Congratulations also to Congressman Miller, Congressman Bilirakis, Congressman Filner and Congressman Reyes as they are former recipients of our L. Mendel Rivers Award.  Congratulations to Congressman Phil Roe with receiving a very recent Congressional Silver Helmet Award from American Veterans.  

AFSA represents active duty, guard, reserve, retired, and veteran enlisted Air Force members and their families, and this year marks our 50th Anniversary in doing so.  Your continuing efforts toward improving the quality of their lives make a real difference, and our members are grateful.  In this statement, I will list several specific goals that we hope this committee will pursue for FY 2012 on behalf of current and past enlisted members and their families. The content of this statement reflects the views of our members as they have communicated them to us. As always, we are prepared to present more details and to discuss these issues with your staffs.

How a nation fulfills its obligations to those who serve reflects its greatness.  Since 1973 with the inception of the all volunteer force, we have continued to meet our objectives in recruiting. It is evident that today’s treatment of the military influences our ability to recruit future service members, since a significant percentage of those wearing the uniform today come from of military families.

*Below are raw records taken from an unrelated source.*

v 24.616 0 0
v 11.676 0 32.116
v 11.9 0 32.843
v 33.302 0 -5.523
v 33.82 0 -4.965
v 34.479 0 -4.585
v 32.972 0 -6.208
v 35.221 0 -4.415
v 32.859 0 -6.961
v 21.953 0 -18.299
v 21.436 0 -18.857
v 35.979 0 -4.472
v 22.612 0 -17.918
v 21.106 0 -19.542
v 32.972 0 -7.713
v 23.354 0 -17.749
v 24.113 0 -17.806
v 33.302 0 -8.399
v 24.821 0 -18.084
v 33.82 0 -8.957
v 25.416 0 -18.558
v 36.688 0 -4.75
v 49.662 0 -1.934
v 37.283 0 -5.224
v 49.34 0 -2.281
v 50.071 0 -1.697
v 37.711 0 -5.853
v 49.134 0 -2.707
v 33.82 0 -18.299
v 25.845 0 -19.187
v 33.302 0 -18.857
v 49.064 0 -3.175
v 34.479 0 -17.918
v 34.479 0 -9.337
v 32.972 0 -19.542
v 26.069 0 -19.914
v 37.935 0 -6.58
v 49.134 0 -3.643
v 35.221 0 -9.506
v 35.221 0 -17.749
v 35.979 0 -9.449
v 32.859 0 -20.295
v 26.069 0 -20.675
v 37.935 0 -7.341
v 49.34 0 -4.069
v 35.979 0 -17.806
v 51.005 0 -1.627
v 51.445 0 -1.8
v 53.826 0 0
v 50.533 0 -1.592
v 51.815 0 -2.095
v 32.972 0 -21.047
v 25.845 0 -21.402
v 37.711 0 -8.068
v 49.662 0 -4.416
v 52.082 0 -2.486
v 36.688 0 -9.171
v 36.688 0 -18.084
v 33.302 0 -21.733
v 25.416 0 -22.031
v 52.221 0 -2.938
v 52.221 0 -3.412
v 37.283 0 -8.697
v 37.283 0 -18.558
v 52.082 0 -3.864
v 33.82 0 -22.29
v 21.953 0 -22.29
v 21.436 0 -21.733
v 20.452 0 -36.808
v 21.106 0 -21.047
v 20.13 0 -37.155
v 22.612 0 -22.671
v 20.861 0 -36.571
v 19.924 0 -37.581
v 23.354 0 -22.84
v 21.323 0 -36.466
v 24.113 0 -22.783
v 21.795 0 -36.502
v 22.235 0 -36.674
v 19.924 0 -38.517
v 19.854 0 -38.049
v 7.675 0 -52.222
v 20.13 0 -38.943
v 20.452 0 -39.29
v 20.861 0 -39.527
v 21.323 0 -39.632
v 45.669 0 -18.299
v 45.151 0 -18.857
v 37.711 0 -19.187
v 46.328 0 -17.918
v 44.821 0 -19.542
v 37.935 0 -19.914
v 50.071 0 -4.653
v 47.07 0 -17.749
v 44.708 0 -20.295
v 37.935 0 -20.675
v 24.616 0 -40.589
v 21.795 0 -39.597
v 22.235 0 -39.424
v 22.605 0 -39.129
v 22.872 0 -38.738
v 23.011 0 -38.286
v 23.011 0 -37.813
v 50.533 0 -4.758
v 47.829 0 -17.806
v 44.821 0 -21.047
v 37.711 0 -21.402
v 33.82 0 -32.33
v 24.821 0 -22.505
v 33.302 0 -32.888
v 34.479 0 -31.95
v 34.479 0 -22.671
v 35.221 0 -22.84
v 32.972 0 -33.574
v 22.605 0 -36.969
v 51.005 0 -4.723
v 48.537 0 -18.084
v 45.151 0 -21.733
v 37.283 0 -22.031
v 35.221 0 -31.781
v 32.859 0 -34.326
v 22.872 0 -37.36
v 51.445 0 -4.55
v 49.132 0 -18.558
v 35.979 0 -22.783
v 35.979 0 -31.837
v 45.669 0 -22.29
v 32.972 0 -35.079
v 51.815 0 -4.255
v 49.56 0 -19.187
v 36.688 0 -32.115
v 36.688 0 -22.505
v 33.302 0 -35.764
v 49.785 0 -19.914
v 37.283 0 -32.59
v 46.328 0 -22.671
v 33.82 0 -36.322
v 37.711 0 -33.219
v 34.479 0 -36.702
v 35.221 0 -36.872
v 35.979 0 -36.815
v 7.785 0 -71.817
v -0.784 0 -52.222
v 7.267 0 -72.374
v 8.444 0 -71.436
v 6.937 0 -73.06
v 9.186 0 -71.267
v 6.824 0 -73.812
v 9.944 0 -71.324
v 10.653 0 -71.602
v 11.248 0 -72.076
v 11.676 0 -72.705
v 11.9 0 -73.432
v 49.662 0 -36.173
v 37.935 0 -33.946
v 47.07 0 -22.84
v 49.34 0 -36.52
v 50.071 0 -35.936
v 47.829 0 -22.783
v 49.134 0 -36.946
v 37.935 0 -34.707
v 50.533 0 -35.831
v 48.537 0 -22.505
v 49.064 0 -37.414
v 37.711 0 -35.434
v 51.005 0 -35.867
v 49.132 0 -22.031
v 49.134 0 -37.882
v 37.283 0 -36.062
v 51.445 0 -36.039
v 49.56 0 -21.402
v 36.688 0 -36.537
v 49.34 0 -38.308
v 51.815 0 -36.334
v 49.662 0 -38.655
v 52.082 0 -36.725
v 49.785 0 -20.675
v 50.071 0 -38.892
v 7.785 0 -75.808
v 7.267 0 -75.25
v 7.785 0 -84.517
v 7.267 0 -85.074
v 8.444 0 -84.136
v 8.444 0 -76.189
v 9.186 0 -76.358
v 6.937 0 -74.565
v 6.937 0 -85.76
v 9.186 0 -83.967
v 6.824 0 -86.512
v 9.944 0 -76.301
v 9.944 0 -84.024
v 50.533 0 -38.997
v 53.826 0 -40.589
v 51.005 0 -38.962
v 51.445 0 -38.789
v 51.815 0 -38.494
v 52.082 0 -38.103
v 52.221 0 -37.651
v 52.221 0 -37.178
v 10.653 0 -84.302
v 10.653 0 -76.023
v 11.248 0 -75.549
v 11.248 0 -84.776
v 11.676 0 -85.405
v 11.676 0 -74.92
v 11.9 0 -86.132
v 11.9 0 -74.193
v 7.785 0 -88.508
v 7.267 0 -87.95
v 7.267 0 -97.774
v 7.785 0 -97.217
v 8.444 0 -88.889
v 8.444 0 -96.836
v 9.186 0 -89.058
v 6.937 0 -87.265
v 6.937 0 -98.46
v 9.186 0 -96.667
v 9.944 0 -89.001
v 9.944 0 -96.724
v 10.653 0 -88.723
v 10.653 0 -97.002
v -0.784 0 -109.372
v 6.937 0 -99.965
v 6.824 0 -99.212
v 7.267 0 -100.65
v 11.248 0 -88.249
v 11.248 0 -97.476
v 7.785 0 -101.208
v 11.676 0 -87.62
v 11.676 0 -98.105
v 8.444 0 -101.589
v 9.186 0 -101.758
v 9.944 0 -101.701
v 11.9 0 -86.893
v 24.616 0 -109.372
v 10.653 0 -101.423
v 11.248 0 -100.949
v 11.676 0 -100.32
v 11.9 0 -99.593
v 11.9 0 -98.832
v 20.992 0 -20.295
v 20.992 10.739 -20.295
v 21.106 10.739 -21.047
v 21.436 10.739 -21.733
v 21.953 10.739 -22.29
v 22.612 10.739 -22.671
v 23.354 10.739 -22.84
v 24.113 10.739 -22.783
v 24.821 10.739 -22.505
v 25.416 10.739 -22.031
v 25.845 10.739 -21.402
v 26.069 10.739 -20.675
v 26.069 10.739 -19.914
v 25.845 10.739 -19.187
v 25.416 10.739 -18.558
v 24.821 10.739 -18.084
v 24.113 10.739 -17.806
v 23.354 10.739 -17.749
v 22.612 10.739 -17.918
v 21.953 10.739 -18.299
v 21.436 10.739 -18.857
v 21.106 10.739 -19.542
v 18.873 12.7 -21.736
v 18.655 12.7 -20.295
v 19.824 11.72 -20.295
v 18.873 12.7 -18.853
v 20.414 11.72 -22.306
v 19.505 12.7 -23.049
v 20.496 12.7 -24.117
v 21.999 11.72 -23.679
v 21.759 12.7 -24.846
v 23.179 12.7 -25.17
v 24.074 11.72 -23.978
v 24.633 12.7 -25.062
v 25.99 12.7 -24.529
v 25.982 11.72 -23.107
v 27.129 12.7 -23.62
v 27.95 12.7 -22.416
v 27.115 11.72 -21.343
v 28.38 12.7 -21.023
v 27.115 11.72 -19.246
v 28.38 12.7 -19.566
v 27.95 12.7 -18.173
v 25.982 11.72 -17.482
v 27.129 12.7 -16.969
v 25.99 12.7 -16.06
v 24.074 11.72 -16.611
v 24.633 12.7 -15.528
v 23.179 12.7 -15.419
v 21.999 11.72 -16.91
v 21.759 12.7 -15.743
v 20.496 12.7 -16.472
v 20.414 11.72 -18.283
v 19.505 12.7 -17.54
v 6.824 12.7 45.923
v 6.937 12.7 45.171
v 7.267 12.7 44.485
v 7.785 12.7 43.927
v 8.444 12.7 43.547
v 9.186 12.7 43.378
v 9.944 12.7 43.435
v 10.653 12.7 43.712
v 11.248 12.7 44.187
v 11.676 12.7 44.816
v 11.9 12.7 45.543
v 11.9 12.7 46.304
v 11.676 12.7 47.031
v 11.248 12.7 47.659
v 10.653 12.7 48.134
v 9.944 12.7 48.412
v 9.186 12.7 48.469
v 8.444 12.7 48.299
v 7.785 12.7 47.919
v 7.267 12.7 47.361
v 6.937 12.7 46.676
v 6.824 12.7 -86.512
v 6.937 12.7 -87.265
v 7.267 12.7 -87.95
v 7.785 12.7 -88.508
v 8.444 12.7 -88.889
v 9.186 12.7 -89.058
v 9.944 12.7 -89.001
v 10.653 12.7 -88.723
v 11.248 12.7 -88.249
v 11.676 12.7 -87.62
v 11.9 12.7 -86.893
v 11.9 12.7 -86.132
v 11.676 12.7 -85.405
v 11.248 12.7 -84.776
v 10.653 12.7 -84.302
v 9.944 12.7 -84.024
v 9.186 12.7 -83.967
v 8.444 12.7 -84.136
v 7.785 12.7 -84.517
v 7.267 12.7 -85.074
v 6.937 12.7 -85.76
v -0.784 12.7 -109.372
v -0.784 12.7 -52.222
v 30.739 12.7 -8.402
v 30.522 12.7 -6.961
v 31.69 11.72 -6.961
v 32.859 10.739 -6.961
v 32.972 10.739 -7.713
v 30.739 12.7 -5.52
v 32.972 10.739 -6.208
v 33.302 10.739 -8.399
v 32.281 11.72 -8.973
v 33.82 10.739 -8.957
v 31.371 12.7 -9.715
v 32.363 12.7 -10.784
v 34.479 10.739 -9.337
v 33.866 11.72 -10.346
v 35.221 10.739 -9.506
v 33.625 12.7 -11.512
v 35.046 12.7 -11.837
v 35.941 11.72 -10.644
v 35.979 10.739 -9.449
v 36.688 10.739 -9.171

It is important that this committee view America’s veterans as a vital national resource and treasure rather than as a financial burden.  As you deliberate on the needs of America’s veterans, this Association is gratified to play a role in the process and will work to support your decisions as they best serve this nation’s veterans.  We believe this nation’s response for service should be based on certain principles.  We urge this committee to consider the following principles as an underlying foundation for making decisions affecting this nation’s veterans.


1. Veterans Have Earned a Solid Transition From Their Military Service Back Into Society: This country owes its veterans dignified, transitional, and recovery assistance.  This help should be provided simply because they faithfully served in the most lethal of professions.  For example – America lost 36,500 in the Korean War, 58,000 died in the Vietnam conflict, another 4,424 were lost in Iraq, and most recently 1,461 in Afghanistan.

2. Most Veterans Are Enlisted Members:  Enlisted veterans served with great pride and distinction. Our volunteer force has deployed over 3.3 million servicemembers and over 900,000 have deployed more than once during the last nine years.  45,000 of those who have deployed have Traumatic Brain Injuries (TBI). 700,000 children of our servicemembers have had one parent deployed during their lifetime.  We should factor in the unique circumstances of enlisted veterans, especially in the area of the needs of the servicemember and their families once they have completed their tour of service to our country

3. Decisions on Veterans’ Funding Primarily Should be Based on Merit:  Funding for military veterans must, of course, be based on fiscal reality and prudence.  However, Congress and, in turn, the VA must never make determinations simply because “the money is just not there” or because there are now “too many” veterans.  Funding for veterans’ programs should be viewed as a national obligation—a “must pay” situation.  If congress can vote, fund, and send our servicemembers to war, they need to facilitate, fund, and provide care for those who have returned.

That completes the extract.